第38期竜王戦(主催:読売新聞社)はランキング戦が進行中。5月12日(月)には5組の高田明浩五段―山下数毅三段の一戦が関西将棋会館で行われました。
千日手となった対局は指し直し局を山下三段が137手で勝利。奨励会員としていずれも史上初となるランキング戦優勝および決勝トーナメント進出を実現しています。
○16歳・新鋭の挑戦

藤本渚六段や出口若武六段といった実力者をねじ伏せて勝ち上がってきた山下三段。前局の勝利(4組昇級が確定)によりすでに四段昇段(フリークラス)の権利を手中に収めており、以降はどこまで星を伸ばせるかに注目が集まります。
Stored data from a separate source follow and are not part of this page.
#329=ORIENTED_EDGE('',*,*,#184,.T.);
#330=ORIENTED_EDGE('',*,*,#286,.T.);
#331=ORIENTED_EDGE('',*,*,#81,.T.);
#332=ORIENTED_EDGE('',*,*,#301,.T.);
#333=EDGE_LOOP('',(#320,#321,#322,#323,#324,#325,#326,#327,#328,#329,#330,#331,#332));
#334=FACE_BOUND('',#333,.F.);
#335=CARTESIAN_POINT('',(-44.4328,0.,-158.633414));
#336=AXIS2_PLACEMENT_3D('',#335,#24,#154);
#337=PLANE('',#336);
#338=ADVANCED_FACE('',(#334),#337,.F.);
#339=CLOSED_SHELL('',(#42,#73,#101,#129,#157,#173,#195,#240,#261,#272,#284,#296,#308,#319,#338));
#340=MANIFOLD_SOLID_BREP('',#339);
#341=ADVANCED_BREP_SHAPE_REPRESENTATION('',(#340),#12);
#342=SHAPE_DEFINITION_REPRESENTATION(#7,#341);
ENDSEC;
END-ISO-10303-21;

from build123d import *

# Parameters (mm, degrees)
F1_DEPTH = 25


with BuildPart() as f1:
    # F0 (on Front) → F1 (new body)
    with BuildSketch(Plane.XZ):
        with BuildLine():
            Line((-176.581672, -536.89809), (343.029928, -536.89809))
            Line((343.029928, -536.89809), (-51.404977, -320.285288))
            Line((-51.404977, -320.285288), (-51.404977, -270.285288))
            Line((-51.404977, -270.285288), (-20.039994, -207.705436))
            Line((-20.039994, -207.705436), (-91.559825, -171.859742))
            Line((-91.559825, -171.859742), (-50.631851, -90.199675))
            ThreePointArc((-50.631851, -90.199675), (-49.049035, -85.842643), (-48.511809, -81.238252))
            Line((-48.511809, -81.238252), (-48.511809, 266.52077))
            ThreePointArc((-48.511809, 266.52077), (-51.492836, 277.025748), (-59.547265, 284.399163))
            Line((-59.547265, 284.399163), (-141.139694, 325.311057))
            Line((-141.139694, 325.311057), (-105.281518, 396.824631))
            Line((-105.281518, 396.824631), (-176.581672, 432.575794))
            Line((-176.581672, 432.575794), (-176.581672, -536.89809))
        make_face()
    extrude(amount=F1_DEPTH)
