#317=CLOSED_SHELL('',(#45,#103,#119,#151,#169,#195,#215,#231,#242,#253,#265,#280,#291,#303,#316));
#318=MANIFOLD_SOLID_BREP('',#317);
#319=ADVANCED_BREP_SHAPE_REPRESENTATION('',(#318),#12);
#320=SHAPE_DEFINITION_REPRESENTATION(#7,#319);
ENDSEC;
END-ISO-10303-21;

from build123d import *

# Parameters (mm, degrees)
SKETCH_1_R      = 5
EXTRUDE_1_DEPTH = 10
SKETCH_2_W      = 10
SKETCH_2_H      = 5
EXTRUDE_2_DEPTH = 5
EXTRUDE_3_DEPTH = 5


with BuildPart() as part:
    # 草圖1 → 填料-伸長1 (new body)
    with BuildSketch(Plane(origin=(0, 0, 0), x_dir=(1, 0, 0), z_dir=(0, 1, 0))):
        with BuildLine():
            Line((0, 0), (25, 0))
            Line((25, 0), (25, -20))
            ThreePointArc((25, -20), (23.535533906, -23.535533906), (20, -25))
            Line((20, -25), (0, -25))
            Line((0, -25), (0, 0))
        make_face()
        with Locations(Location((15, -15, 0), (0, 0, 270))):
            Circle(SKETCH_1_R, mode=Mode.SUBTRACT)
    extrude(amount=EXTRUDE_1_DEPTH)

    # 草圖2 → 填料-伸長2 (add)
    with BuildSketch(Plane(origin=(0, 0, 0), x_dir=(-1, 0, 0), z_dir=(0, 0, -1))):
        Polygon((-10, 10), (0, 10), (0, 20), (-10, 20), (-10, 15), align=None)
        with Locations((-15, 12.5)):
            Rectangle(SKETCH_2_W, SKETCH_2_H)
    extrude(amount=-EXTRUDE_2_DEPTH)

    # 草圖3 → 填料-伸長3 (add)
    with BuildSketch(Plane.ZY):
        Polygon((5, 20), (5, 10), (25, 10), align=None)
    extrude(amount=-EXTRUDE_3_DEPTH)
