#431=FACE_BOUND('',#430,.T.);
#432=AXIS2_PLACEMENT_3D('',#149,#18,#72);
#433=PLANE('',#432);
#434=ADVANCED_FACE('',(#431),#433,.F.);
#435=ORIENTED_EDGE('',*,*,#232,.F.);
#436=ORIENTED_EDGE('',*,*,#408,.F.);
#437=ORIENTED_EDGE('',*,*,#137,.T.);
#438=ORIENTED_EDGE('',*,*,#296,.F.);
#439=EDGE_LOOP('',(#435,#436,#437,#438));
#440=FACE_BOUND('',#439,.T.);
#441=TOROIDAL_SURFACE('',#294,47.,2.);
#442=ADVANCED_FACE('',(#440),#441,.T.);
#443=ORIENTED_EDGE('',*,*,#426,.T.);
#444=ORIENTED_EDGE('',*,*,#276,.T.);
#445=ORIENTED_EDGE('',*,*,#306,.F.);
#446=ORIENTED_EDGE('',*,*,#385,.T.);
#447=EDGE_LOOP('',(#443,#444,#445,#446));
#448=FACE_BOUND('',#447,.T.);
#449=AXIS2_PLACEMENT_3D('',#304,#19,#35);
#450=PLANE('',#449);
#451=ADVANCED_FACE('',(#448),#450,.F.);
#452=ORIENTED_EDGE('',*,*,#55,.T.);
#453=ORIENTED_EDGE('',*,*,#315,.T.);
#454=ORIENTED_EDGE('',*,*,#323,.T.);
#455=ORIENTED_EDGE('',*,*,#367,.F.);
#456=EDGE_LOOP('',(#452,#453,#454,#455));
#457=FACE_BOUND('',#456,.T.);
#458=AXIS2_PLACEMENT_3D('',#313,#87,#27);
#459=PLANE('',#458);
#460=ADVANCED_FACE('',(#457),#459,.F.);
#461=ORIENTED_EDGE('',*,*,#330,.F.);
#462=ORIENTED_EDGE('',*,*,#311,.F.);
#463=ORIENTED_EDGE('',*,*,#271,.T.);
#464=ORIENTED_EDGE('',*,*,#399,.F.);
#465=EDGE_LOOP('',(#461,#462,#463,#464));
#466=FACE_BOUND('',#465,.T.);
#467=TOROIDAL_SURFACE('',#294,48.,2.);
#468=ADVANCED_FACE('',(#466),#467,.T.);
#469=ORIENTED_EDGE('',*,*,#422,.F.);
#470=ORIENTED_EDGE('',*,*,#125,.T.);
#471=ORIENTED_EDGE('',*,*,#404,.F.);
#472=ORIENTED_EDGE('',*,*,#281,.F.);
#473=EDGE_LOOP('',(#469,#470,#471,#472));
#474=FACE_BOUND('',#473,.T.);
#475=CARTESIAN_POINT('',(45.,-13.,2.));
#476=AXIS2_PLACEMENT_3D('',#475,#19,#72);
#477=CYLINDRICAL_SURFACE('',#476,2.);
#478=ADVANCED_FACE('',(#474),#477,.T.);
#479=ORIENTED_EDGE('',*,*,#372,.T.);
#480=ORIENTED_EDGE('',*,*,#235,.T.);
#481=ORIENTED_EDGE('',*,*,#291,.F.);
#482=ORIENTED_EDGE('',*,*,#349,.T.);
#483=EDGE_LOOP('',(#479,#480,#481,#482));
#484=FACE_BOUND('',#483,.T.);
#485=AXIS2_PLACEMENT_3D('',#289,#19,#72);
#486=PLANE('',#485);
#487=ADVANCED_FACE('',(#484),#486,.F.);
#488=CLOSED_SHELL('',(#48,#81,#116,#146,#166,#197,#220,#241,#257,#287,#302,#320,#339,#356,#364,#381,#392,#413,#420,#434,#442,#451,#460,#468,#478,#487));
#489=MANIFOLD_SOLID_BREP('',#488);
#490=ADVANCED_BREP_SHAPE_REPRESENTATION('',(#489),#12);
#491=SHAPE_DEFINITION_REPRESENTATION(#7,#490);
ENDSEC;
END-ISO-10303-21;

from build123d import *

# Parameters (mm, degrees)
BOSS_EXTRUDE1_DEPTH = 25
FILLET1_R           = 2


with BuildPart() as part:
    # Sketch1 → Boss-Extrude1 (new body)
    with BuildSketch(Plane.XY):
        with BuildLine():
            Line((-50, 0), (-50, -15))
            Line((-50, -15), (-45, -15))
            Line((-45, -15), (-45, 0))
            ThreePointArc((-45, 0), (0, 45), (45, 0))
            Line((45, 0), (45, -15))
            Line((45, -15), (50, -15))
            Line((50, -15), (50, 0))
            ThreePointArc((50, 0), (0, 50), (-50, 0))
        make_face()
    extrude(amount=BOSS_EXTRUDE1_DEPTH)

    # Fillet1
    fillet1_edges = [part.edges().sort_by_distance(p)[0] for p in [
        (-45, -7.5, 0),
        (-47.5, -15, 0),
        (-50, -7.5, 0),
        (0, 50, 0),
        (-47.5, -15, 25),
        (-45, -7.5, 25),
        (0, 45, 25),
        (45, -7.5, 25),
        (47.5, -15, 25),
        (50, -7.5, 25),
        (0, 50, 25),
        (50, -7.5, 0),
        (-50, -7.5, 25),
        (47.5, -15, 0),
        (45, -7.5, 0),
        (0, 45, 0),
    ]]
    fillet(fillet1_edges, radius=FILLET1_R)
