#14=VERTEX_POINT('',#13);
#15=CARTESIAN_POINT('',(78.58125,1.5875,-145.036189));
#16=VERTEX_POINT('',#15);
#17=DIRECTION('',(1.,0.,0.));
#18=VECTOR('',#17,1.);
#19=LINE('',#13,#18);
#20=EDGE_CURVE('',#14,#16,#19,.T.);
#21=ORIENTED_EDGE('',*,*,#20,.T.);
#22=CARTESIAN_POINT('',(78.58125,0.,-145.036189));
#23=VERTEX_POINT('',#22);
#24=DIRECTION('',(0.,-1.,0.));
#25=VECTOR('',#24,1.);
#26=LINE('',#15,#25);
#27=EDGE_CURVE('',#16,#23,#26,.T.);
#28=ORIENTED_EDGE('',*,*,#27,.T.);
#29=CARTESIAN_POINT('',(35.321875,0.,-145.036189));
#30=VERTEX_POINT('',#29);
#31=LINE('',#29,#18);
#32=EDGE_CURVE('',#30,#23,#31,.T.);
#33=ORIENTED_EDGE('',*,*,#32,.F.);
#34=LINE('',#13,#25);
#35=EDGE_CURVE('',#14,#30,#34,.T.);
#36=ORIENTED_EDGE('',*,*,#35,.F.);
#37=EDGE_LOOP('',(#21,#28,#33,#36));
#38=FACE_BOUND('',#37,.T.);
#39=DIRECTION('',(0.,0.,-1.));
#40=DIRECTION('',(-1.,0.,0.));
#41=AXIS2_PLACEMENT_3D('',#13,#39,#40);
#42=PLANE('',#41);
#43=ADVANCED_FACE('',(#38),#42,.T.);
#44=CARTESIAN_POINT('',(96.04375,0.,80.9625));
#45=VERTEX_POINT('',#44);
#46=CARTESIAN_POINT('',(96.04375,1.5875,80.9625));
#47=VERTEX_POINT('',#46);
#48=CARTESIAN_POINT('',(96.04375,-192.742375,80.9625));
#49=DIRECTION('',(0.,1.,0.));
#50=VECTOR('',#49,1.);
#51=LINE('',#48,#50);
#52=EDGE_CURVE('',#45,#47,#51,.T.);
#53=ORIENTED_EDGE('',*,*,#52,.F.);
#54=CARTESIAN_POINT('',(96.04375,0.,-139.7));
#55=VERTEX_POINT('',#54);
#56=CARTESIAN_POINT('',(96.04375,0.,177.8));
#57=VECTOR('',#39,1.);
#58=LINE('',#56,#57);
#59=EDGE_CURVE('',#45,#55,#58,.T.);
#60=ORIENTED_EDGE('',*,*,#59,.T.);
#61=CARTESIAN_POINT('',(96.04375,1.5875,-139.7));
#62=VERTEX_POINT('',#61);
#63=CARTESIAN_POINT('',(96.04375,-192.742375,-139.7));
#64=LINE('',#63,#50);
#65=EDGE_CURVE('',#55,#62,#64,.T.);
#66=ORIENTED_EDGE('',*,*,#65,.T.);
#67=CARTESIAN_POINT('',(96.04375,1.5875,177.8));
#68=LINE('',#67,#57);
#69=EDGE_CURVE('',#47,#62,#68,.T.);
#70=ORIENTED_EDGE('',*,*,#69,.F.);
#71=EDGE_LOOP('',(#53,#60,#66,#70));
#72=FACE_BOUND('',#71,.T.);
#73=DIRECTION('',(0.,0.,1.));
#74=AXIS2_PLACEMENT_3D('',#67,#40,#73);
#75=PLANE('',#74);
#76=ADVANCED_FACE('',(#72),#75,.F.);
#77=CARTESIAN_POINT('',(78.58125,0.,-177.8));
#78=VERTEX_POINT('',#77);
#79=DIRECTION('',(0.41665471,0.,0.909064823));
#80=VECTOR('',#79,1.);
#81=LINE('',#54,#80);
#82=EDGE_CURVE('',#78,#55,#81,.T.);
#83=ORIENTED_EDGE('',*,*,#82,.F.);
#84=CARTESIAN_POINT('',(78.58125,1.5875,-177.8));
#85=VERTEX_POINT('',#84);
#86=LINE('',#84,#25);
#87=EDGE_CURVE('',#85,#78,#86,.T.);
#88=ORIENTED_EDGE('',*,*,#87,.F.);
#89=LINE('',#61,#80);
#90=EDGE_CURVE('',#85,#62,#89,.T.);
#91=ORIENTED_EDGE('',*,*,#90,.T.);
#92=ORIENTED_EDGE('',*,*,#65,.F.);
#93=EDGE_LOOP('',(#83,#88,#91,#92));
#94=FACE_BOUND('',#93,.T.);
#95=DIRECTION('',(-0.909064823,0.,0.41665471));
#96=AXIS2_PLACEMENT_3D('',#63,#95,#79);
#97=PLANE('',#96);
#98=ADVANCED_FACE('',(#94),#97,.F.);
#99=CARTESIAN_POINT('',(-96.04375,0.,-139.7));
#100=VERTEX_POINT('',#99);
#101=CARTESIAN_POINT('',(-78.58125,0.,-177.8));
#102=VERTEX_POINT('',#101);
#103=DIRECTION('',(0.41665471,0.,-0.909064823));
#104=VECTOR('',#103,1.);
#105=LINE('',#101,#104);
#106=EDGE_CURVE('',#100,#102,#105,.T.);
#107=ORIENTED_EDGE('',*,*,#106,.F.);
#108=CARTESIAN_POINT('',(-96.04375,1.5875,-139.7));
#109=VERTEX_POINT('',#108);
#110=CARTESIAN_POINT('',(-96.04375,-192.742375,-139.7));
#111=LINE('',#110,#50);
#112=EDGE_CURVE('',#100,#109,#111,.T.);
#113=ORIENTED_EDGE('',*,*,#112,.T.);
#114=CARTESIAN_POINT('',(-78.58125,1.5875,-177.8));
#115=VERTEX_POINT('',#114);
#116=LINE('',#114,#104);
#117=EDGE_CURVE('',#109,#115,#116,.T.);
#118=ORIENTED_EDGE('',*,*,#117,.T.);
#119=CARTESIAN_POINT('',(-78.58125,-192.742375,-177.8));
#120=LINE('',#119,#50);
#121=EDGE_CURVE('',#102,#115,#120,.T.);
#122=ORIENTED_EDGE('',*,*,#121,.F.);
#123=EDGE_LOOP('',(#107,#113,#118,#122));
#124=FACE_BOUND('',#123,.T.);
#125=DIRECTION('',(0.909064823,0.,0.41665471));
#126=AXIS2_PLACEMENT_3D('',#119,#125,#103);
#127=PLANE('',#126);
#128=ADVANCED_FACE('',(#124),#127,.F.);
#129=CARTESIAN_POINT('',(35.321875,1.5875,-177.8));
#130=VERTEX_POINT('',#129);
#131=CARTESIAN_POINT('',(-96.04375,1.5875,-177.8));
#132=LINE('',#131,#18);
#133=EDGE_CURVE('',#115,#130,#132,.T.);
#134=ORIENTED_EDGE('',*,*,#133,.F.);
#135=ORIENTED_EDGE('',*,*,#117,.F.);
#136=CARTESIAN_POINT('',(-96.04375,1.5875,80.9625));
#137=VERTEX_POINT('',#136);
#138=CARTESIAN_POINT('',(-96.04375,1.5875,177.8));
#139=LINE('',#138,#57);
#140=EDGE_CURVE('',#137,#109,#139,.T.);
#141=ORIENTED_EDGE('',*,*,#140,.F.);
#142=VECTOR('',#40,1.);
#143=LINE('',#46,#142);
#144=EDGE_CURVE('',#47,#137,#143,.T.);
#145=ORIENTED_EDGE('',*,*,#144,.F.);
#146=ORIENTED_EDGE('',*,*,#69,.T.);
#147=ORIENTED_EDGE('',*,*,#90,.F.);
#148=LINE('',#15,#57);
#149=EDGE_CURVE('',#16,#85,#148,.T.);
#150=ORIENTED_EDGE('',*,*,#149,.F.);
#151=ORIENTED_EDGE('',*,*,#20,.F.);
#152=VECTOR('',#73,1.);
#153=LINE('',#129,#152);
高田五段の先手番で始まった対局は相雁木の持久戦へと移行、ともに仕掛けを得られず対局開始30分で千日手が成立しました。

先後を入れ替えて始まった指し直し局では高田五段が後手番一手損角換わりを採用。右玉に組んでのらりくらりと戦うのはいかにも高田調ですが、本局では山下三段の手厚い指し回しが上回りました。腰掛け銀に組んだのち4筋に自陣角を据えたのが後手の桂頭の弱点を衝く遠見の角。山下三段は伸び伸びとした好形を築き、敵陣を圧迫する形で優位に立ちました。

○最後は強い勝ち方で

他方で敵陣に打ち込みたかった角を自陣に手放さざるを得なかった高田五段は苦戦の感が否めません。直後に飛車を走ったのはせめてもの反撃ですが、金を力強く上がって飛車に当てたのが山下三段の受けの決め手となりました。後手の猛攻を呼び込むだけに怖いものの、孤立した自玉への攻め筋をすべて読み切ってしまうのが最も早いという強い勝ち方です。


ようやく手番を握った山下三段は豊富な持ち駒で反撃を開始します。終局時刻は21時14分、最後は自玉の詰みを認めた高田五段の投了。相手に攻めさせて勝つという王者の指し回しを見せた山下三段は奨励会員として初となるランキング戦優勝および本戦進出を手にしました。この結果を受けファンも「強すぎる」「マンガみたいな展開」「三段リーグがどれだけ過酷な場所か…」と盛り上がりを見せました。